What needs to be done – Your job is to set down the stretch of entries that opens with the line containing "e10 v8 v8 CIRCLE(AX(P(0,-20,0),D(0,-1,0),D(1,0,0)),25)" and closes with the line containing "Rebuilt in FreeCAD, every". Keep both end lines, copy each exactly, and add nothing.

Data to use –
■ ■ ■
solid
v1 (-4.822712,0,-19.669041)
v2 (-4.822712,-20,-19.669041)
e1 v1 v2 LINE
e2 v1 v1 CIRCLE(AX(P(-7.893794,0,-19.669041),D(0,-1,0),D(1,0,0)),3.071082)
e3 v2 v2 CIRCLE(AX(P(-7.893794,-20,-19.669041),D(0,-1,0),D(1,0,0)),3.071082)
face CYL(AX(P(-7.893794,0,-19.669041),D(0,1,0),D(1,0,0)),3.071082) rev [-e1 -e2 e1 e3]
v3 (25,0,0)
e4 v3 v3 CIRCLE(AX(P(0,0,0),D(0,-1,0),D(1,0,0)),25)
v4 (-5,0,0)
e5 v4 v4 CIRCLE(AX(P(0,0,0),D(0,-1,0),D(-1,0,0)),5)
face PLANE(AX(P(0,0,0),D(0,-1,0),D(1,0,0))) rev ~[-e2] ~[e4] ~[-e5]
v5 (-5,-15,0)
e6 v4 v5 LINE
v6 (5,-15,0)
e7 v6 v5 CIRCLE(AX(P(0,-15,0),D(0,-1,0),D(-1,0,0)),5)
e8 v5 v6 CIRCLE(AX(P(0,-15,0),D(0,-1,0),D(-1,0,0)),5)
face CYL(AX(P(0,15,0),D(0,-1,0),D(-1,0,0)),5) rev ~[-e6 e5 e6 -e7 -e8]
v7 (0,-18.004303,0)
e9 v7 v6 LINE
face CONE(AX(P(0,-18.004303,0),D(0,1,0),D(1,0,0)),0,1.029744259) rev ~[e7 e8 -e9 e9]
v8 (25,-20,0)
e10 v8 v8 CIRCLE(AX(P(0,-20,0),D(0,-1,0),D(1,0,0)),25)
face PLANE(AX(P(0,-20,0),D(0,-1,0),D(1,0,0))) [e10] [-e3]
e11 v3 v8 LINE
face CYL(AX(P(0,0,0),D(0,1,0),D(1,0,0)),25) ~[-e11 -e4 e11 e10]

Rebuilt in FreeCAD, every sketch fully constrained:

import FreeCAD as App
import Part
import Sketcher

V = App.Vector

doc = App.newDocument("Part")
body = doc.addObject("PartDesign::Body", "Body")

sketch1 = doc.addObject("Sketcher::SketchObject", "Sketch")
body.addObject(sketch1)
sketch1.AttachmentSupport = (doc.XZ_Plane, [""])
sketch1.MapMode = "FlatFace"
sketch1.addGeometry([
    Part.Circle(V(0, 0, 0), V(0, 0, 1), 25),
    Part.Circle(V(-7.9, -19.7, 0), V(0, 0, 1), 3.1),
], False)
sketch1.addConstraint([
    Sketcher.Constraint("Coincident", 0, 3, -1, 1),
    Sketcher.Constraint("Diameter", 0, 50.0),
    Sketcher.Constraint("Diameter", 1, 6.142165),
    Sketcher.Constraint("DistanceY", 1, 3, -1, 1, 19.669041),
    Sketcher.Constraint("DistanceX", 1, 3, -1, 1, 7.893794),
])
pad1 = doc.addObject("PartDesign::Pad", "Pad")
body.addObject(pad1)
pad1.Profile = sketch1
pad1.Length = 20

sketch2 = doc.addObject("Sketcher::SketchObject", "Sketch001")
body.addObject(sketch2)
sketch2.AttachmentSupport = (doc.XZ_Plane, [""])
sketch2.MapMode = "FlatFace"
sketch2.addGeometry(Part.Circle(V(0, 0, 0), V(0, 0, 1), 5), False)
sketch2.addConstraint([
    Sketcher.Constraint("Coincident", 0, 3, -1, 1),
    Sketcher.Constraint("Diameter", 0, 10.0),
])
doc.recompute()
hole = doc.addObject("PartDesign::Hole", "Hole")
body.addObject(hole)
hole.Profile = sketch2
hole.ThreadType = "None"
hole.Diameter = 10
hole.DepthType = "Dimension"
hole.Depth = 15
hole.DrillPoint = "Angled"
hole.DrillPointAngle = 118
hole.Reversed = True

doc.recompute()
■ ■ ■
Exercise answer –
e10 v8 v8 CIRCLE(AX(P(0,-20,0),D(0,-1,0),D(1,0,0)),25)
face PLANE(AX(P(0,-20,0),D(0,-1,0),D(1,0,0))) [e10] [-e3]
e11 v3 v8 LINE
face CYL(AX(P(0,0,0),D(0,1,0),D(1,0,0)),25) ~[-e11 -e4 e11 e10]

Rebuilt in FreeCAD, every sketch fully constrained:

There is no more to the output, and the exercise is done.